= Fleur Butler =

Conservative politician and novelist

Fleur Josephine Butler (born 24 April 1967) is an English Conservative politician and novelist. A former member of the Congress of the Council of Europe and leader of Richmondshire District Council, she is president of the National Conservative Convention and a past chairman of the Conservative Women's Organisation.

==Early life==
Born in 1967, a daughter of the Hon. Samuel James Butler and his wife Lucilla Blanche Borthwick, Butler is also a granddaughter of the Conservative politician Rab Butler. She has two brothers and four sisters.

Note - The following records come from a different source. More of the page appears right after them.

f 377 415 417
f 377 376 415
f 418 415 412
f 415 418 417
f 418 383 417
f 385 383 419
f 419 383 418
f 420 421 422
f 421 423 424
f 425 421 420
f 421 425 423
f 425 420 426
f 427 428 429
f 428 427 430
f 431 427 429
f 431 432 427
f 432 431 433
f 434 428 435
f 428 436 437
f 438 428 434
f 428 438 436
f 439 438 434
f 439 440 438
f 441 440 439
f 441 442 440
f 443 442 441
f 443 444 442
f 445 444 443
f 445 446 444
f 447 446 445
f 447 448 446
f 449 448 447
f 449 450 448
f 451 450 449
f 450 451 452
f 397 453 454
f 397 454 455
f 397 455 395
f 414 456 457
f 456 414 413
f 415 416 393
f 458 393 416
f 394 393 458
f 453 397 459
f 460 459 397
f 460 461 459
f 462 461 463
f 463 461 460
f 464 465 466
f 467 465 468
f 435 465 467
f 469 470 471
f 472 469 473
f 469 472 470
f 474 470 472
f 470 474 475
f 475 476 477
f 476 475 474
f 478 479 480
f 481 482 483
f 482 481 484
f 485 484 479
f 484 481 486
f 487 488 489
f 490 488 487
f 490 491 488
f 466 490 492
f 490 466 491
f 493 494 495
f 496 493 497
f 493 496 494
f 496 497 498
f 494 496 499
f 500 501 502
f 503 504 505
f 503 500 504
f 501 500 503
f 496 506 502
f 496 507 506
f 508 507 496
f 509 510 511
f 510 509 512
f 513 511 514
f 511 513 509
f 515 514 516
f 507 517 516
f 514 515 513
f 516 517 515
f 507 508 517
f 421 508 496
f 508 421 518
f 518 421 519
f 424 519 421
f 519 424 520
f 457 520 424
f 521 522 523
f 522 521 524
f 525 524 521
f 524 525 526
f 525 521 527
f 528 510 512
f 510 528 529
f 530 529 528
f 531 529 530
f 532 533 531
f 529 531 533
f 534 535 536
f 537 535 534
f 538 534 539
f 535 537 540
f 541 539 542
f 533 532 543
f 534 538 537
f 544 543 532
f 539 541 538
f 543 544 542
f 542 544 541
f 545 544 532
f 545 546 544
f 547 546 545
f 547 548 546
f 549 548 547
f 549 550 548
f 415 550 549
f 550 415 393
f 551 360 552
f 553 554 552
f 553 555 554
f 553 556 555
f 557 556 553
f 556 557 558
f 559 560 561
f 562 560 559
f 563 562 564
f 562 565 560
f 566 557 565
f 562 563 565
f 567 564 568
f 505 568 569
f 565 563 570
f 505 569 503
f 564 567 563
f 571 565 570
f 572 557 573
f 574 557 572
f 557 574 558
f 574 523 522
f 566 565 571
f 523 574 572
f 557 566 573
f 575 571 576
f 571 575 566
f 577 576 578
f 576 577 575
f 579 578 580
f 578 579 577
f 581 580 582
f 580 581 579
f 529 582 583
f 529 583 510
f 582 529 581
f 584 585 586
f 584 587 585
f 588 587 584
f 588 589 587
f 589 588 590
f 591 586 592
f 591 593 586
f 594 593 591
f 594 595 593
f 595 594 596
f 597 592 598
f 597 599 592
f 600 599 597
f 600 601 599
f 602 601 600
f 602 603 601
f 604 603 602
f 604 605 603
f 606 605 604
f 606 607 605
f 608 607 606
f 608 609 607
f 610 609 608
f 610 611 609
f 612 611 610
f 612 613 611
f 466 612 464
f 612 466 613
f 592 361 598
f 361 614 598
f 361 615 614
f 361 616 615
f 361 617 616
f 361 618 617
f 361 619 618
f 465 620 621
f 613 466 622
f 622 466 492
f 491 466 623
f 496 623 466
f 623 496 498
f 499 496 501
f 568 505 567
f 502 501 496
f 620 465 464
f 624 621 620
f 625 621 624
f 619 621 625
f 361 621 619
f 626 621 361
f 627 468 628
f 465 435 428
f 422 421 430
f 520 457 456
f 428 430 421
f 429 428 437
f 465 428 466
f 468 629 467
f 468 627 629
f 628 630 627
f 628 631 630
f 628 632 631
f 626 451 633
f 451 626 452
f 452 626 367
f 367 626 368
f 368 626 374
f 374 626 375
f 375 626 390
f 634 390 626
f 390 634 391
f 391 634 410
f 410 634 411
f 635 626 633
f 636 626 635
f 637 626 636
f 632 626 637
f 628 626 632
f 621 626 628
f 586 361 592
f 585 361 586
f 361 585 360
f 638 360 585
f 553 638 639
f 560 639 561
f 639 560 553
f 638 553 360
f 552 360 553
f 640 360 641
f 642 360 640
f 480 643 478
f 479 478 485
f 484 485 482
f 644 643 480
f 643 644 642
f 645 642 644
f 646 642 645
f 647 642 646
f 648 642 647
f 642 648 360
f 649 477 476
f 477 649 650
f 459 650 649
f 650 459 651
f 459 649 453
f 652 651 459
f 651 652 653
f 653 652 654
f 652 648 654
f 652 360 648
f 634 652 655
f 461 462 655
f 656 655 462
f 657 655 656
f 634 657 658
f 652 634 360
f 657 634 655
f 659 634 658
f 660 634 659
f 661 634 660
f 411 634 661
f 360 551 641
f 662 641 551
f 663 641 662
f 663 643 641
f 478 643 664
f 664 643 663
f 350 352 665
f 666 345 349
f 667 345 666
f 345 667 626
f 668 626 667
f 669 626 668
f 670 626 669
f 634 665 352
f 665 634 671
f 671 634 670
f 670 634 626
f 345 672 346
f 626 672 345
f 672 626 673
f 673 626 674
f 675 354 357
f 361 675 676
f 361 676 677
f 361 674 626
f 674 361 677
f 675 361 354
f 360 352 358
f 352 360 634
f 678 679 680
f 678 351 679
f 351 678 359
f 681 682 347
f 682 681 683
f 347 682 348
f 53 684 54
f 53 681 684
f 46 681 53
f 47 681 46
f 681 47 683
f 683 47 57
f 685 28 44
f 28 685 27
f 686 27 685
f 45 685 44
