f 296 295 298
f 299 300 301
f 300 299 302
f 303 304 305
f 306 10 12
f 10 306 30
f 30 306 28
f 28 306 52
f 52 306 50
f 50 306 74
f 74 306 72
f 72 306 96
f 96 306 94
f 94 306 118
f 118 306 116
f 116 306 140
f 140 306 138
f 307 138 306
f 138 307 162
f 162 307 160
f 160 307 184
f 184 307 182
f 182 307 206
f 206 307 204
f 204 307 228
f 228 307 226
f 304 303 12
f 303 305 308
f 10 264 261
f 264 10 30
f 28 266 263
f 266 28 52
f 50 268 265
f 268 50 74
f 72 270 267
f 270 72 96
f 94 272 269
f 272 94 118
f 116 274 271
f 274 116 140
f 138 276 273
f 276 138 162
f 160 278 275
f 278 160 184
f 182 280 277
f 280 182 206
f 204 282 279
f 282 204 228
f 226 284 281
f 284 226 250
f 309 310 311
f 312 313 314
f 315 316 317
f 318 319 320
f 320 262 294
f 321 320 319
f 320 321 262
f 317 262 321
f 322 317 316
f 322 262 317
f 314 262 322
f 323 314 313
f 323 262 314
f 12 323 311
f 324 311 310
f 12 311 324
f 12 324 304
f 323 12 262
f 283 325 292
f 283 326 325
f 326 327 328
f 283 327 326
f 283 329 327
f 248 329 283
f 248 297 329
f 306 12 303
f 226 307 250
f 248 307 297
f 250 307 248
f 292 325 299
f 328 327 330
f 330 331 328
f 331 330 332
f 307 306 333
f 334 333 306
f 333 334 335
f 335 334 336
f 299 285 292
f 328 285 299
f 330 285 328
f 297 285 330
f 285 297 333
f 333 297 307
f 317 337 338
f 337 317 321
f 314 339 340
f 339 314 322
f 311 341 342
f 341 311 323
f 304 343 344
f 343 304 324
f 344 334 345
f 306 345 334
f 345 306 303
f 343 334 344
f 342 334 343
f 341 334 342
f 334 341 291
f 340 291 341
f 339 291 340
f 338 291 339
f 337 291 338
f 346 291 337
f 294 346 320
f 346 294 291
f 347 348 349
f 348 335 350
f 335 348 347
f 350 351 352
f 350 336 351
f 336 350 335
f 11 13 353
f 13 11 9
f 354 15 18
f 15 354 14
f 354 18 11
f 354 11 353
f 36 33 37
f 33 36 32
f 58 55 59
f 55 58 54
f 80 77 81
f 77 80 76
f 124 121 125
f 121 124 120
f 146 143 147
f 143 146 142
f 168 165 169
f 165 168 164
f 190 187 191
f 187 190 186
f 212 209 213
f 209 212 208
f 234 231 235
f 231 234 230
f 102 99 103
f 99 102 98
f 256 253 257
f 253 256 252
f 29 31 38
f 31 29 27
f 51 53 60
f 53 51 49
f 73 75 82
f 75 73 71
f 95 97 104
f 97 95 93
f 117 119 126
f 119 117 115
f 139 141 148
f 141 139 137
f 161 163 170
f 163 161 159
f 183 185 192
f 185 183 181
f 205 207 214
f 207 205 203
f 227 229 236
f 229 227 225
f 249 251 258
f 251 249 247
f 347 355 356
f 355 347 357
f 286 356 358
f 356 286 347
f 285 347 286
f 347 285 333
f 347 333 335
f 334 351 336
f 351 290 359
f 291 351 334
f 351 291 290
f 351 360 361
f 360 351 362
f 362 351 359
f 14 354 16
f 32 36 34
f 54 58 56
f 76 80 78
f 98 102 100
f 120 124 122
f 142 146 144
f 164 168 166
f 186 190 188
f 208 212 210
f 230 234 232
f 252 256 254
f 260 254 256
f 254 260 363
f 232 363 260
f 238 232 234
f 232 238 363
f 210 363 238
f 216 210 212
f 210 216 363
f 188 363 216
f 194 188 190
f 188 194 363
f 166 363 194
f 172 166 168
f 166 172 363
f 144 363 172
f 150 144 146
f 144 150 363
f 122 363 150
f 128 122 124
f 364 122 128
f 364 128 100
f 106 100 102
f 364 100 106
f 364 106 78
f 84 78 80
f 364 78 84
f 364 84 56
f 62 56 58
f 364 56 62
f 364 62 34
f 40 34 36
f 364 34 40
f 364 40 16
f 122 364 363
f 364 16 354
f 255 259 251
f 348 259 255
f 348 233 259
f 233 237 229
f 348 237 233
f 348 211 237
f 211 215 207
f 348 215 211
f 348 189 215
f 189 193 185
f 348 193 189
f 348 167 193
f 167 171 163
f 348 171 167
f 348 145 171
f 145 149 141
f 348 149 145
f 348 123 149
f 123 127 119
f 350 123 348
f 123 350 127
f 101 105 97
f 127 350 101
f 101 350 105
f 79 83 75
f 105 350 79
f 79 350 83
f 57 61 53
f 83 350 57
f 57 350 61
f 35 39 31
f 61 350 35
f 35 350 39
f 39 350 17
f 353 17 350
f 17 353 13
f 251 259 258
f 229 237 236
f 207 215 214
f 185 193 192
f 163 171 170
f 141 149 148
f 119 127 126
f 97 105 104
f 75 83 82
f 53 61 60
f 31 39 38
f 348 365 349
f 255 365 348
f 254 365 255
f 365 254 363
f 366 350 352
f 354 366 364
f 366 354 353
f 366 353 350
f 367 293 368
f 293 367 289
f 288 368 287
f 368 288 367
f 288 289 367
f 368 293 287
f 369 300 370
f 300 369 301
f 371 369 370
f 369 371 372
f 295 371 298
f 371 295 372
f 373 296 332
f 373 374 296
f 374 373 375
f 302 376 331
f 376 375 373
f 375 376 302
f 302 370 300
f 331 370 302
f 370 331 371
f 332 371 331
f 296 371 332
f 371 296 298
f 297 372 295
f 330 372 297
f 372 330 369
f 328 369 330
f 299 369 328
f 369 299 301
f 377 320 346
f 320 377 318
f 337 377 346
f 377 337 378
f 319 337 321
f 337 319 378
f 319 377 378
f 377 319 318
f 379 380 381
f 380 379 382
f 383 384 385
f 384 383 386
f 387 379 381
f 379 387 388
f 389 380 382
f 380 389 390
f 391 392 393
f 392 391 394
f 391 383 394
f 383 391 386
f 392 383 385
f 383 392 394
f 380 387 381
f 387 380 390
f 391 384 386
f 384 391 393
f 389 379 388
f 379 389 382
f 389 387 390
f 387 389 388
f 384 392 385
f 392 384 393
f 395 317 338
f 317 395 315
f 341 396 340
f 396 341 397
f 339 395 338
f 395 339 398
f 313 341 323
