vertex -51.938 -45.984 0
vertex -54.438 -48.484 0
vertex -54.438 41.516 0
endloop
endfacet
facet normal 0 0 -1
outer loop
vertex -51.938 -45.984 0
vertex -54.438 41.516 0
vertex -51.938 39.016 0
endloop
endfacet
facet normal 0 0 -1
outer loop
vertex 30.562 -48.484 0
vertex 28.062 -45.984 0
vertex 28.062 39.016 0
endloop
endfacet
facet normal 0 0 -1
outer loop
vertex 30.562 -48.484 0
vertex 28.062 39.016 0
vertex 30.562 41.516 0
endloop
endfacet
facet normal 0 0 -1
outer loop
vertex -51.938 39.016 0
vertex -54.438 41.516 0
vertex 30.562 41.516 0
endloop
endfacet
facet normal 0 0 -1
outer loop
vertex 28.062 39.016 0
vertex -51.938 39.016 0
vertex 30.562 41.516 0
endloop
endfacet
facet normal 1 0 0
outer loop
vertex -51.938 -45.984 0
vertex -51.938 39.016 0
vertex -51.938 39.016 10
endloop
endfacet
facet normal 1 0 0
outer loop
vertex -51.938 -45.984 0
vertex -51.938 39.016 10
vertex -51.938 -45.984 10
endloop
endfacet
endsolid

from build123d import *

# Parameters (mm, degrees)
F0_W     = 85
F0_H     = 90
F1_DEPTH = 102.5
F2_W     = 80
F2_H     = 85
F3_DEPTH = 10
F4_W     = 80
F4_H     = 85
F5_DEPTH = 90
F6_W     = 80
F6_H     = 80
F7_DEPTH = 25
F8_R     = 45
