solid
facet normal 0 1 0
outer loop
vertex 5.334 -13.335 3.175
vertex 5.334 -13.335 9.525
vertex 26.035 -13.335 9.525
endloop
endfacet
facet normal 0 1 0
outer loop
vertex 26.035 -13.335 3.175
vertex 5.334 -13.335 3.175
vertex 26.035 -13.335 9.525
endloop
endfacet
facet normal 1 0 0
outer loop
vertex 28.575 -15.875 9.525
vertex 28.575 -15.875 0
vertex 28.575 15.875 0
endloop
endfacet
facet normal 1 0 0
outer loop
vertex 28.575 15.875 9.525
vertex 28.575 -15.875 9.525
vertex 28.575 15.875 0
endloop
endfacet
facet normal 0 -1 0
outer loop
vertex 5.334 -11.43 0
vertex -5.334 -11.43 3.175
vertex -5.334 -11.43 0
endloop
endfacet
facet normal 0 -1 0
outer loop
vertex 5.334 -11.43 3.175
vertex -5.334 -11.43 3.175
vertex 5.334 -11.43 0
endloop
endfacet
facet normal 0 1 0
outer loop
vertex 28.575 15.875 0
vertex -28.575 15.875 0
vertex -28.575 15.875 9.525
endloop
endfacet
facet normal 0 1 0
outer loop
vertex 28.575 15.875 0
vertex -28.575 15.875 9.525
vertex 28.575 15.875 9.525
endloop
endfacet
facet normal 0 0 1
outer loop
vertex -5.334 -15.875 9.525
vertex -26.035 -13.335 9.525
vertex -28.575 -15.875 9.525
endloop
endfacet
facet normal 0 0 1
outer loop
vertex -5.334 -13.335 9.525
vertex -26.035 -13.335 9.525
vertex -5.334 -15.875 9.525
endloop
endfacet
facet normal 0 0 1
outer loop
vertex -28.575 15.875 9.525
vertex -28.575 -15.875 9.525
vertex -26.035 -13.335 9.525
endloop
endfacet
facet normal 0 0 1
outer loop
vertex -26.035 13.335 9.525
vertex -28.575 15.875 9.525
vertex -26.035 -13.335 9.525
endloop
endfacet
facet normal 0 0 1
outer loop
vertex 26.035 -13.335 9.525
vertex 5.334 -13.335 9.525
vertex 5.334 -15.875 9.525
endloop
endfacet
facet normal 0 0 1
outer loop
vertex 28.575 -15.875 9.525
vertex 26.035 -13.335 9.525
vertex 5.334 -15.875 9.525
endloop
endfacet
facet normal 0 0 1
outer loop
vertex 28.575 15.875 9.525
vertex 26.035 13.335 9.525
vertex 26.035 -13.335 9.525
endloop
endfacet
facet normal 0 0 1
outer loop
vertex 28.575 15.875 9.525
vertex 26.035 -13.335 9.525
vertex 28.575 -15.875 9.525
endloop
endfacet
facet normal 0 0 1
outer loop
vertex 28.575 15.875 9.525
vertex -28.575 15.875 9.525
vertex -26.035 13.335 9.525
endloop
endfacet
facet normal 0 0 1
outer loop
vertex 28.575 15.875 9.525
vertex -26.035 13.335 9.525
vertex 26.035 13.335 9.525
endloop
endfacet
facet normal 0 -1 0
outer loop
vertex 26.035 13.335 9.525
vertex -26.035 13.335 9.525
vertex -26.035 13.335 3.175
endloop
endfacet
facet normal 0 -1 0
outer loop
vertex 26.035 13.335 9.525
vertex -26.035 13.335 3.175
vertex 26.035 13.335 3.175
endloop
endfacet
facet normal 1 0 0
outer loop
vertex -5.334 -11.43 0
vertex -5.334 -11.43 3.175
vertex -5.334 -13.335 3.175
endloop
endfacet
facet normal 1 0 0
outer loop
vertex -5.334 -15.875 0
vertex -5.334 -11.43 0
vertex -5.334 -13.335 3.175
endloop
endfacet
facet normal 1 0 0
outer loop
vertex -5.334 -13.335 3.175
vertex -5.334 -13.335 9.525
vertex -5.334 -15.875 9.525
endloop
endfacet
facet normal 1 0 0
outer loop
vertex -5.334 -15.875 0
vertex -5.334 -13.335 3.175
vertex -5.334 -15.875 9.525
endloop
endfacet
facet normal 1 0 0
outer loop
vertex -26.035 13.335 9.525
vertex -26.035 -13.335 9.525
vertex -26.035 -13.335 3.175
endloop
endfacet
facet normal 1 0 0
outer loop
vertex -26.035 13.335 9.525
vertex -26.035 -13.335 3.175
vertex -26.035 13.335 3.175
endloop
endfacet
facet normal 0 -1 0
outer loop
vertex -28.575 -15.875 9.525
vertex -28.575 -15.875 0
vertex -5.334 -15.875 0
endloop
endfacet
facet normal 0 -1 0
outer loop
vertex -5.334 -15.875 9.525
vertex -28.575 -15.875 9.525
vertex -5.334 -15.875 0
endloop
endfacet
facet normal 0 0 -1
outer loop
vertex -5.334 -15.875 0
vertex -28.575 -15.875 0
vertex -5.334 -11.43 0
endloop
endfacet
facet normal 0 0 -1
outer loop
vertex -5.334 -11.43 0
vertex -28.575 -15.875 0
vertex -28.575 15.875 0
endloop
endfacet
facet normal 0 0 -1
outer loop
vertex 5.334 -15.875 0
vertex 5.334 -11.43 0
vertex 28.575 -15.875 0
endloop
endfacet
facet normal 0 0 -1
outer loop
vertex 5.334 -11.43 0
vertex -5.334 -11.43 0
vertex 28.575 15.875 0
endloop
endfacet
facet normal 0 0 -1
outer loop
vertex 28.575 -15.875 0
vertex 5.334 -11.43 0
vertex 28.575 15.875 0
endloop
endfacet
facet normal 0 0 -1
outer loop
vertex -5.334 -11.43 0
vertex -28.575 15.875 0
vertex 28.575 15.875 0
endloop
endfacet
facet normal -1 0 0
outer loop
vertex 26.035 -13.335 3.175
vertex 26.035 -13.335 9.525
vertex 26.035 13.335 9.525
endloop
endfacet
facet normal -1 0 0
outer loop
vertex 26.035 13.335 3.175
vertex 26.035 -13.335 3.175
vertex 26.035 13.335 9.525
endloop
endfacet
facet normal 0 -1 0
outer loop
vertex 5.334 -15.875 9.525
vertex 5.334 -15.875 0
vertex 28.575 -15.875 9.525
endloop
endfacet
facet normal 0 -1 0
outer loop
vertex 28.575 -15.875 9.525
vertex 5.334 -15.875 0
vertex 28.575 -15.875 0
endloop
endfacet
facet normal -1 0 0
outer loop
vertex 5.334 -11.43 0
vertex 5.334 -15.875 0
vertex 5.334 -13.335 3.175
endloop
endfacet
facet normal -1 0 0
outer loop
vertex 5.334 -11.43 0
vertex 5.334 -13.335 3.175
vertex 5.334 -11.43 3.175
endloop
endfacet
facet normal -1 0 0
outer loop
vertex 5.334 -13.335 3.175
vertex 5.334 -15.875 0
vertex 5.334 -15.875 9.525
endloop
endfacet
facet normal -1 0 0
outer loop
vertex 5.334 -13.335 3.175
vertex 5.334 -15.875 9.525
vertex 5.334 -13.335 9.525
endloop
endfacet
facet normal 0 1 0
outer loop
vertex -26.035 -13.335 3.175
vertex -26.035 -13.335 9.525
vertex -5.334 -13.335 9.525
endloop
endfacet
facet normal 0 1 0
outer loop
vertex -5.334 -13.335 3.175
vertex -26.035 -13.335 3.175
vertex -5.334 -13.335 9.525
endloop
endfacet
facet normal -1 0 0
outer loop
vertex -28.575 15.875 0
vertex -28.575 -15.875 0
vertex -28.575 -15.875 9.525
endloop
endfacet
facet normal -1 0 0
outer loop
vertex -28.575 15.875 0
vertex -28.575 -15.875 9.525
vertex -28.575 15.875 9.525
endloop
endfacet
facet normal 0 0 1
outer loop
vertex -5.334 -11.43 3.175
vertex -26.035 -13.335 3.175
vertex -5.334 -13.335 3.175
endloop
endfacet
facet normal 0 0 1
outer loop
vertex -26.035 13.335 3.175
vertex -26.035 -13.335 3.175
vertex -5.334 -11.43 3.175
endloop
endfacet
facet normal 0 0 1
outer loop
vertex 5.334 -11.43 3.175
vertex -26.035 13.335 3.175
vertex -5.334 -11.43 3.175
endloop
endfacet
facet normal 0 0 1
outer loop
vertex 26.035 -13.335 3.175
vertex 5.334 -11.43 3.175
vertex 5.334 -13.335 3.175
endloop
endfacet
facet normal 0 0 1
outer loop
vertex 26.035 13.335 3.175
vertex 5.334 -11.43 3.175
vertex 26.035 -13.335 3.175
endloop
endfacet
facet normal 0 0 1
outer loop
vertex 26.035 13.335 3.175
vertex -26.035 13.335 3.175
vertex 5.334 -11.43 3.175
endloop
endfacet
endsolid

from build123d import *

# Parameters (mm, degrees)
F0_W     = 57.15
F0_H     = 31.75
F1_DEPTH = 9.525
F2_W     = 52.07
F2_H     = 26.67
F3_DEPTH = 6.35
F4_W     = 10.668
F4_H     = 2.54
F4_H_2   = 1.905
F5_DEPTH = 25.4


with BuildPart() as f1:
    # F0 (on Top) → F1 (new body)
    with BuildSketch(Plane.XY):
        Rectangle(F0_W, F0_H)
    extrude(amount=F1_DEPTH)

    # F2 (on face) → F3 (cut)
    with BuildSketch(Plane.XY.offset(9.525)):
        Rectangle(F2_W, F2_H)
    extrude(amount=-F3_DEPTH, mode=Mode.SUBTRACT)

    # F4 (on face) → F5 (cut)
    with BuildSketch(Plane.XY.offset(9.525)):
        with Locations((0, -14.605)):
            Rectangle(F4_W, F4_H)
        with Locations((0, -12.3825)):
            Rectangle(F4_W, F4_H_2)
    extrude(amount=-F5_DEPTH, mode=Mode.SUBTRACT)


solid = f1.part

She was educated at the School of Oriental and African Studies of the University of London and then at Newcastle University.

==Political career==
In 2007, Butler was elected as a Conservative to Richmondshire District Council in North Yorkshire, representing Leyburn, and was re-elected in 2011. From 2009 to 2011 she was Leader of the council and in 2012 was leader of its Conservative group. In 2015 she stood in Richmond West and lost to two independents.

At the European Parliament elections of 2009, Butler was an unsuccessful Conservative party list candidate in Yorkshire and the Humber.

In 2010, Butler was appointed to the Local Chamber of the Congress of the Council of Europe and was re-appointed in 2014. She took part in Congress election observation missions in Bulgaria in October 2011, in Armenia in September 2012, and in Georgia in June 2014.

From 2007 to 2015, Butler was an appointed member of the Yorkshire Energy Partnership and served as its chairman.

In 2017, Butler wrote in The Independent of the Conservative Party's "problem with feminism", insisting that it had an imbalance between men and women in the ranks of members of parliament and councillors which needed to change. She also complained of "a shocking shortfall of 12,000 women councillors needed across all parties".

In 2019, she was elected as national chairman of the Conservative Women's Organisation and in 2022 as president of the National Conservative Convention.

In October 2022, The Times ran an article about a call by Butler for older Conservative men in the House of Commons to make way for younger women.

==Personal life==
On 8 December 1991, Butler married Richard Selwyn Sharpe, son of Canon Roger Sharpe and Mary Gordon Selwyn. They set up home in Exelby, North Yorkshire, and have four sons born between 1992 and 1999, including Jasper, Thomas and George.

Her novel Blue Murder: A Political Murder Mystery in the Yorkshire Dales was self-published in 2022.